Stored data
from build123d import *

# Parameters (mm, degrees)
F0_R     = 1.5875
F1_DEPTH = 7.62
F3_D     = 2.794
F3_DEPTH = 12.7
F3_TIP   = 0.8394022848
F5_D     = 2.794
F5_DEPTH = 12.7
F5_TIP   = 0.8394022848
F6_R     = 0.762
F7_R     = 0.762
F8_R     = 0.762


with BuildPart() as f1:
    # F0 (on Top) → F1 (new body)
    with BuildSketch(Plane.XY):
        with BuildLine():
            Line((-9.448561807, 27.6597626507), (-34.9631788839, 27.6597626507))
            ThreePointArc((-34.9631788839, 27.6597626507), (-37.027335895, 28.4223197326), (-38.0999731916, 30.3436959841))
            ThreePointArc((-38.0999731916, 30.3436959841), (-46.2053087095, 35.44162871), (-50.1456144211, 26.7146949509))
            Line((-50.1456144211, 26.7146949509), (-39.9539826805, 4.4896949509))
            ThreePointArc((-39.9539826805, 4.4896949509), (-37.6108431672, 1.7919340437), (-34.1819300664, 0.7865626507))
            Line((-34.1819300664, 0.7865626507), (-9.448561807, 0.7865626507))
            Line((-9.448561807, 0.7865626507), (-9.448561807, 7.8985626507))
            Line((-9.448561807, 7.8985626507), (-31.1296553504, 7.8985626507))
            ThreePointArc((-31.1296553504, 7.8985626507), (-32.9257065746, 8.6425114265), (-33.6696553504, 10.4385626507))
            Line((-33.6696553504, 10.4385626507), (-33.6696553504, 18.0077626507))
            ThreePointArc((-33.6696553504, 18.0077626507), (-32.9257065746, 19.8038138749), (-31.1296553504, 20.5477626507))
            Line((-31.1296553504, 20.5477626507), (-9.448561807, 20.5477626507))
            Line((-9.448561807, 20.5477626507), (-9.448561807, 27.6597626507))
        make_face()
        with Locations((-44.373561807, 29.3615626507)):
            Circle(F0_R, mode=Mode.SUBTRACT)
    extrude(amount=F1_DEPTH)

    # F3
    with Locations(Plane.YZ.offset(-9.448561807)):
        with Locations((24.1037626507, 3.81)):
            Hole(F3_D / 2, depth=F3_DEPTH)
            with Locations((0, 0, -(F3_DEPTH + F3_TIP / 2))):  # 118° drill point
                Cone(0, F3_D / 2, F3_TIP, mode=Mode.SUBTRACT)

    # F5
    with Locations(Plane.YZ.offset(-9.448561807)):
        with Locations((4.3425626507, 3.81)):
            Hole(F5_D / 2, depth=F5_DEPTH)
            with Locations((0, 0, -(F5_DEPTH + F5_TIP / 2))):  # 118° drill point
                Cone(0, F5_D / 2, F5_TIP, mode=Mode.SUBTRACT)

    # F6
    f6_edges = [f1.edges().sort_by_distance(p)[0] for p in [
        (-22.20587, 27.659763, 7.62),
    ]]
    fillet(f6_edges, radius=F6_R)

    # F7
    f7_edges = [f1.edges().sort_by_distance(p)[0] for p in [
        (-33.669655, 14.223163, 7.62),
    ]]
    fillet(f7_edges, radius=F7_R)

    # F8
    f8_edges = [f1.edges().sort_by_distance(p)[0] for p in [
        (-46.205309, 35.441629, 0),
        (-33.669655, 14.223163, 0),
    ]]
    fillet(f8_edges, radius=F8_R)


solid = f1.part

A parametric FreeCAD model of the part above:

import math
import FreeCAD as App
import Part
import Sketcher

V = App.Vector
Q = App.Units.Quantity


def edges_at(feature, points):
    """Names of the edges that pass closest to the given points."""
    edges = feature.Shape.Edges
    near = lambda p: min(range(len(edges)), key=lambda i: edges[i].distToShape(Part.Vertex(*p))[0])
    return sorted({f"Edge{near(p) + 1}" for p in points})

doc = App.newDocument("Part")
body = doc.addObject("PartDesign::Body", "Body")

sketch1 = doc.addObject("Sketcher::SketchObject", "Sketch")
body.addObject(sketch1)
sketch1.AttachmentSupport = (doc.XY_Plane, [""])
sketch1.MapMode = "FlatFace"
sketch1.addGeometry([
    Part.LineSegment(V(-9.4, 27.7, 0), V(-35, 27.7, 0)),
    Part.ArcOfCircle(Part.Circle(V(-35, 30.8, 0), V(0, 0, 1), 3.2), math.radians(-171), math.radians(-90)),
    Part.ArcOfCircle(Part.Circle(V(-44.4, 29.4, 0), V(0, 0, 1), 6.3), math.radians(9), math.radians(205)),
    Part.LineSegment(V(-50.1, 26.7, 0), V(-40, 4.5, 0)),
    Part.ArcOfCircle(Part.Circle(V(-34.2, 7.1, 0), V(0, 0, 1), 6.3), math.radians(-155), math.radians(-90)),
    Part.LineSegment(V(-34.2, 0.8, 0), V(-9.4, 0.8, 0)),
    Part.LineSegment(V(-9.4, 0.8, 0), V(-9.4, 7.9, 0)),
    Part.LineSegment(V(-9.4, 7.9, 0), V(-31.1, 7.9, 0)),
    Part.ArcOfCircle(Part.Circle(V(-31.1, 10.4, 0), V(0, 0, 1), 2.5), math.radians(180), math.radians(270)),
    Part.LineSegment(V(-33.7, 10.4, 0), V(-33.7, 18, 0)),
    Part.ArcOfCircle(Part.Circle(V(-31.1, 18, 0), V(0, 0, 1), 2.5), math.radians(90), math.radians(180)),
    Part.LineSegment(V(-31.1, 20.5, 0), V(-9.4, 20.5, 0)),
    Part.LineSegment(V(-9.4, 20.5, 0), V(-9.4, 27.7, 0)),
    Part.Circle(V(-44.4, 29.4, 0), V(0, 0, 1), 1.6),
], False)
sketch1.addConstraint([
    Sketcher.Constraint("Tangent", 0, 2, 1, 2),
    Sketcher.Constraint("Tangent", 1, 1, 2, 1),
    Sketcher.Constraint("Tangent", 2, 2, 3, 1),
    Sketcher.Constraint("Tangent", 3, 2, 4, 1),
    Sketcher.Constraint("Tangent", 4, 2, 5, 1),
    Sketcher.Constraint("Coincident", 5, 2, 6, 1),
    Sketcher.Constraint("Coincident", 6, 2, 7, 1),
    Sketcher.Constraint("Tangent", 7, 2, 8, 2),
    Sketcher.Constraint("Tangent", 8, 1, 9, 1),
    Sketcher.Constraint("Tangent", 9, 2, 10, 2),
    Sketcher.Constraint("Tangent", 10, 1, 11, 1),
    Sketcher.Constraint("Coincident", 11, 2, 12, 1),
    Sketcher.Constraint("Coincident", 12, 2, 0, 1),
    Sketcher.Constraint("Horizontal", 0),
    Sketcher.Constraint("Horizontal", 5),
    Sketcher.Constraint("Vertical", 6),
    Sketcher.Constraint("Horizontal", 7),
    Sketcher.Constraint("Vertical", 9),
    Sketcher.Constraint("Horizontal", 11),
    Sketcher.Constraint("Vertical", 12),
    Sketcher.Constraint("Coincident", 13, 3, 2, 3),
    Sketcher.Constraint("Equal", 2, 4),
    Sketcher.Constraint("Equal", 8, 10),
    Sketcher.Constraint("Vertical", 6, 2, 11, 2),
    Sketcher.Constraint("Equal", 6, 12),
    Sketcher.Constraint("Radius", 8, Q("0.1 in")),
    Sketcher.Constraint("Radius", 2, Q("0.25 in")),
    Sketcher.Constraint("Diameter", 13, Q("0.125 in")),
    Sketcher.Constraint("Radius", 1, Q("0.125 in")),
    Sketcher.Constraint("DistanceY", 6, 1, 6, 2, Q("0.28 in")),
    Sketcher.Constraint("DistanceY", 9, 1, 9, 2, Q("0.298 in")),
    Sketcher.Constraint("DistanceY", 2, 3, 1, 3, Q("0.058 in")),
    Sketcher.Constraint("DistanceX", 5, 1, 5, 2, 24.733368),
    Sketcher.Constraint("DistanceY", 2, 2, 1, 1, 3.629001),
    Sketcher.Constraint("DistanceX", 7, 2, 7, 1, 21.681094),
    Sketcher.Constraint("DistanceX", 1, 3, -1, 1, 34.963179),
    Sketcher.Constraint("DistanceY", -1, 1, 1, 3, 30.834763),
])
pad1 = doc.addObject("PartDesign::Pad", "Pad")
body.addObject(pad1)
pad1.Profile = sketch1
pad1.Length = Q("0.3 in")

sketch2 = doc.addObject("Sketcher::SketchObject", "Sketch001")
body.addObject(sketch2)
sketch2.AttachmentSupport = (doc.YZ_Plane, [""])
sketch2.MapMode = "FlatFace"
sketch2.AttachmentOffset = App.Placement(V(0, 0, -9.448562), App.Rotation())
sketch2.addGeometry(Part.Circle(V(24.1, 3.8, 0), V(0, 0, 1), 1.4), False)
sketch2.addConstraint([
    Sketcher.Constraint("Diameter", 0, Q("0.11 in")),
    Sketcher.Constraint("DistanceY", -1, 1, 0, 3, Q("0.15 in")),
    Sketcher.Constraint("DistanceX", -1, 1, 0, 3, 24.103763),
])
doc.recompute()
hole = doc.addObject("PartDesign::Hole", "Hole")
body.addObject(hole)
hole.Profile = sketch2
hole.ThreadType = "None"
hole.Diameter = Q("0.11 in")
hole.DepthType = "Dimension"
hole.Depth = Q("0.5 in")
hole.DrillPoint = "Angled"
hole.DrillPointAngle = 118

sketch3 = doc.addObject("Sketcher::SketchObject", "Sketch002")
body.addObject(sketch3)
sketch3.AttachmentSupport = (doc.YZ_Plane, [""])
sketch3.MapMode = "FlatFace"
sketch3.AttachmentOffset = App.Placement(V(0, 0, -9.448562), App.Rotation())
sketch3.addGeometry(Part.Circle(V(4.3, 3.8, 0), V(0, 0, 1), 1.4), False)
sketch3.addConstraint([
    Sketcher.Constraint("Diameter", 0, Q("0.11 in")),
    Sketcher.Constraint("DistanceY", -1, 1, 0, 3, Q("0.15 in")),
    Sketcher.Constraint("DistanceX", -1, 1, 0, 3, 4.342563),
])
doc.recompute()
hole2 = doc.addObject("PartDesign::Hole", "Hole001")
body.addObject(hole2)
hole2.Profile = sketch3
hole2.ThreadType = "None"
hole2.Diameter = Q("0.11 in")
hole2.DepthType = "Dimension"
hole2.Depth = Q("0.5 in")
hole2.DrillPoint = "Angled"
hole2.DrillPointAngle = 118
doc.recompute()

fillet = doc.addObject("PartDesign::Fillet", "Fillet")
body.addObject(fillet)
fillet.Base = (hole2, edges_at(hole2, [(-22.206, 27.66, 7.62)]))
fillet.Radius = Q("0.03 in")
doc.recompute()

fillet2 = doc.addObject("PartDesign::Fillet", "Fillet001")
body.addObject(fillet2)
fillet2.Base = (fillet, edges_at(fillet, [(-33.67, 14.223, 7.62)]))
fillet2.Radius = Q("0.03 in")
doc.recompute()

fillet3 = doc.addObject("PartDesign::Fillet", "Fillet002")
body.addObject(fillet3)
fillet3.Base = (fillet2, edges_at(fillet2, [(-46.205, 35.442, 0), (-33.67, 14.223, 0)]))
fillet3.Radius = Q("0.03 in")

doc.recompute()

__Problem requirements__
Go through the records above line by line and say how many lines include "Locations", giving only that number.

__Final answer__
7